[RECORD SET]
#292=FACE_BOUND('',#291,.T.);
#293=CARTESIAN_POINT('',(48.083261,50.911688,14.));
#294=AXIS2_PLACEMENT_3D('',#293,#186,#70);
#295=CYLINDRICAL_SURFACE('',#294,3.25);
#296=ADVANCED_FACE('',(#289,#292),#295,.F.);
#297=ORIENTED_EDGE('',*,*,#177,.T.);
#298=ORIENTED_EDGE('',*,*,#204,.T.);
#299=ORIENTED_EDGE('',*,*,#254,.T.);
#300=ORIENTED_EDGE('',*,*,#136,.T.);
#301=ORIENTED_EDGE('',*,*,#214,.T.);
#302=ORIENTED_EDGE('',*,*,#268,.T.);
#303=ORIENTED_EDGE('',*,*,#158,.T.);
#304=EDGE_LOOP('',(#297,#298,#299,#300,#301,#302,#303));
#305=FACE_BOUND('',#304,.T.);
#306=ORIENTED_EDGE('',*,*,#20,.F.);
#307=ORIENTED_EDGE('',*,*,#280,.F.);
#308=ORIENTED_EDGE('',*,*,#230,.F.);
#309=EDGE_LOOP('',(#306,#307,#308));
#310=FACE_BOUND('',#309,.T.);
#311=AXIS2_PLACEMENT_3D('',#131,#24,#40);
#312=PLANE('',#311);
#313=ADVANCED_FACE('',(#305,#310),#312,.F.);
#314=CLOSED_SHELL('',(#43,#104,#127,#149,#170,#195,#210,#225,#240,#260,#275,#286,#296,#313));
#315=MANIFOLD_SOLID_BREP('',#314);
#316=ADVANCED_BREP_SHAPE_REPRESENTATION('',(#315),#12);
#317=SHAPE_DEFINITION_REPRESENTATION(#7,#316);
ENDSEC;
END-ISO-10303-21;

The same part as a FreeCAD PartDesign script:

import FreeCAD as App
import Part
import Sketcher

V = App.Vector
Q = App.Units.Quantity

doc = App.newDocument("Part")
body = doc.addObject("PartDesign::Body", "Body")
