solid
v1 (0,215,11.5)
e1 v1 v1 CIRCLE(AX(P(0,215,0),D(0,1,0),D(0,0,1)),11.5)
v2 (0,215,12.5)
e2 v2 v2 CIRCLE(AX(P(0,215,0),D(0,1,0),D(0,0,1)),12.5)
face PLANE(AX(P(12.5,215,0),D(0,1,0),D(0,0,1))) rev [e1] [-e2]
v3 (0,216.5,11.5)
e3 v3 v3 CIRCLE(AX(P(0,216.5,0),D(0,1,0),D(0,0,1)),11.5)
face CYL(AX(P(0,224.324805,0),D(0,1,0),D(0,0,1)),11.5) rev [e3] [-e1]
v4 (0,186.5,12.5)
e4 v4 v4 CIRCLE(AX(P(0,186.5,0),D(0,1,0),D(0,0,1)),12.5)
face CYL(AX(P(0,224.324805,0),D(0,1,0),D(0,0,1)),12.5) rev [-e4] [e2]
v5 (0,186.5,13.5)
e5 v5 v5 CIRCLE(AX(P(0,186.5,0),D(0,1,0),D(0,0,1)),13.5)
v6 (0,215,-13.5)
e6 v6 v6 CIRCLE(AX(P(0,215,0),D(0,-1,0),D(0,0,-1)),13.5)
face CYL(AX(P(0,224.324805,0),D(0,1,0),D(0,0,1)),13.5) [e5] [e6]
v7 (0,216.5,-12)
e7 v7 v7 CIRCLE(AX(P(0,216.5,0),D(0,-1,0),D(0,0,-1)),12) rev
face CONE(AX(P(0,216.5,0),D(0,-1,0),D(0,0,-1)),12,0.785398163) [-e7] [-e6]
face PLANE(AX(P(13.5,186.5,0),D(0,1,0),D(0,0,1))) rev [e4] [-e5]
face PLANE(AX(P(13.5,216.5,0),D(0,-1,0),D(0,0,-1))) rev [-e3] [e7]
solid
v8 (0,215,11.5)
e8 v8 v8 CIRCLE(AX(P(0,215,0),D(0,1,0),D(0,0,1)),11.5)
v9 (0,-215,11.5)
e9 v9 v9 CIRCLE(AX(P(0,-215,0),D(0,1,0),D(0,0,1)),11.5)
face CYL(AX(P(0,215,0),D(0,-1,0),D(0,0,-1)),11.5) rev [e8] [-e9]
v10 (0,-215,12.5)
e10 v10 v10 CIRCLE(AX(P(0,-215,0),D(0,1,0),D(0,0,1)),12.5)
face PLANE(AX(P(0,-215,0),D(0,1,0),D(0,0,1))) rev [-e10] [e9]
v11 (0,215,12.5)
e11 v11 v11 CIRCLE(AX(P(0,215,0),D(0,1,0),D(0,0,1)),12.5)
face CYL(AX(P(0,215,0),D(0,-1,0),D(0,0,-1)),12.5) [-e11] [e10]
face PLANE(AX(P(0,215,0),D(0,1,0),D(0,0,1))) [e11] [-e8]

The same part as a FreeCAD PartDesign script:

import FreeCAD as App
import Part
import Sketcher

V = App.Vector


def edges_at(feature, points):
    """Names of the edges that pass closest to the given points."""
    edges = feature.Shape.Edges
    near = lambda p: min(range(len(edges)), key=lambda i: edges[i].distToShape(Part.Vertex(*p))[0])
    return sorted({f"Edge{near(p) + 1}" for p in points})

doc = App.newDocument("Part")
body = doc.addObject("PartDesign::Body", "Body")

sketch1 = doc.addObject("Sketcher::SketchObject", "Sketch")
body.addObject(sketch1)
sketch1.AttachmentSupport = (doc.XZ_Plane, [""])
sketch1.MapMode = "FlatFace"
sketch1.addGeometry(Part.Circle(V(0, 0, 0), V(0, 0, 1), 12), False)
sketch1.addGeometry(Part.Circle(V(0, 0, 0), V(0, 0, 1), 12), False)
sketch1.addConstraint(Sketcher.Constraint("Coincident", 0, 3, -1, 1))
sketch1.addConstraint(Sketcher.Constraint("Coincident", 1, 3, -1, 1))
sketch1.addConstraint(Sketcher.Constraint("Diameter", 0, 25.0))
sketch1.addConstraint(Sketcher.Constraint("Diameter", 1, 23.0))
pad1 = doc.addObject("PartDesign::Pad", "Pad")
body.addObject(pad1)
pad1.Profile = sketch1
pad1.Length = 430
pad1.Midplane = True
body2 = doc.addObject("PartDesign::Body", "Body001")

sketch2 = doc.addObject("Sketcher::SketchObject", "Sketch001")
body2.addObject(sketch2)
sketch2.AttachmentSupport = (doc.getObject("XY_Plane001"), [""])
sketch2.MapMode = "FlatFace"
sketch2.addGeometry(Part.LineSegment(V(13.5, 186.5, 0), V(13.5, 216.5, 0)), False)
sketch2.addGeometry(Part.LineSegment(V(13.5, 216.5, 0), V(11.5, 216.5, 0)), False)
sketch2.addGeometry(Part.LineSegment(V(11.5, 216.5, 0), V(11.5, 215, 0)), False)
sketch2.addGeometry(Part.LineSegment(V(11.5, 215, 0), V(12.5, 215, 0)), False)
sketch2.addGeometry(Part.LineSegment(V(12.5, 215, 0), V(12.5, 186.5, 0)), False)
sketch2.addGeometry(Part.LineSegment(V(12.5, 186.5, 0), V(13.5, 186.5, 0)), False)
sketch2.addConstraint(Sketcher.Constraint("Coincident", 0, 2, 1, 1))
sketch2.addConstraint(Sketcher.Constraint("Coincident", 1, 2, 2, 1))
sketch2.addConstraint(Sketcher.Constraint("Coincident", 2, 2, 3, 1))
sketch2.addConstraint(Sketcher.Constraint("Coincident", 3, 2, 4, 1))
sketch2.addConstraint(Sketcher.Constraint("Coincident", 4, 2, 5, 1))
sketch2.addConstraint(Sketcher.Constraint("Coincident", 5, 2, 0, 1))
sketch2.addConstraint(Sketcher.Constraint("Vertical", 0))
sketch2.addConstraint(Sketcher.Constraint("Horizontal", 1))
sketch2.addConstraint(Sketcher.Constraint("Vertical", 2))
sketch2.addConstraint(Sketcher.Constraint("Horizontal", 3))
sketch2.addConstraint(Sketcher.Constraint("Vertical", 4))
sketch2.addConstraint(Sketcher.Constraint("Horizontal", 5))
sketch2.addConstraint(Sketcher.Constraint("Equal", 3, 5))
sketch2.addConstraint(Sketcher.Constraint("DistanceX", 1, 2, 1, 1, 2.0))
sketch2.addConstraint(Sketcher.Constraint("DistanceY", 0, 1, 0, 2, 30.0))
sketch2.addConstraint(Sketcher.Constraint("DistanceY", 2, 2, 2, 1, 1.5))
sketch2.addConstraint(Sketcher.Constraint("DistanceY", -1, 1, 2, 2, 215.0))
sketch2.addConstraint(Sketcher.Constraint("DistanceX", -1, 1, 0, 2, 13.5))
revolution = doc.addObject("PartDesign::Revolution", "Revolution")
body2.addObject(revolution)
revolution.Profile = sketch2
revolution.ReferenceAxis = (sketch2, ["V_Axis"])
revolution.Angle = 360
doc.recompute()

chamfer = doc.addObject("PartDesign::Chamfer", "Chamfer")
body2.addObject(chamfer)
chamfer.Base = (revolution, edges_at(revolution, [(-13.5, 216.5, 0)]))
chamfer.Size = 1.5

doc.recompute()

[PROBLEM REQUIREMENTS] Given the records above, return exactly the lines starting at the line containing "#305=FACE_BOUND('',#304,.T.);" and ending at the line containing "#316=ADVANCED_BREP_SHAPE_REPRESENTATION('',(#315),#12);", including both.

[ANSWER TO THIS TASK]
#305=FACE_BOUND('',#304,.T.);
#306=ORIENTED_EDGE('',*,*,#20,.F.);
#307=ORIENTED_EDGE('',*,*,#280,.F.);
#308=ORIENTED_EDGE('',*,*,#230,.F.);
#309=EDGE_LOOP('',(#306,#307,#308));
#310=FACE_BOUND('',#309,.T.);
#311=AXIS2_PLACEMENT_3D('',#131,#24,#40);
#312=PLANE('',#311);
#313=ADVANCED_FACE('',(#305,#310),#312,.F.);
#314=CLOSED_SHELL('',(#43,#104,#127,#149,#170,#195,#210,#225,#240,#260,#275,#286,#296,#313));
#315=MANIFOLD_SOLID_BREP('',#314);
#316=ADVANCED_BREP_SHAPE_REPRESENTATION('',(#315),#12);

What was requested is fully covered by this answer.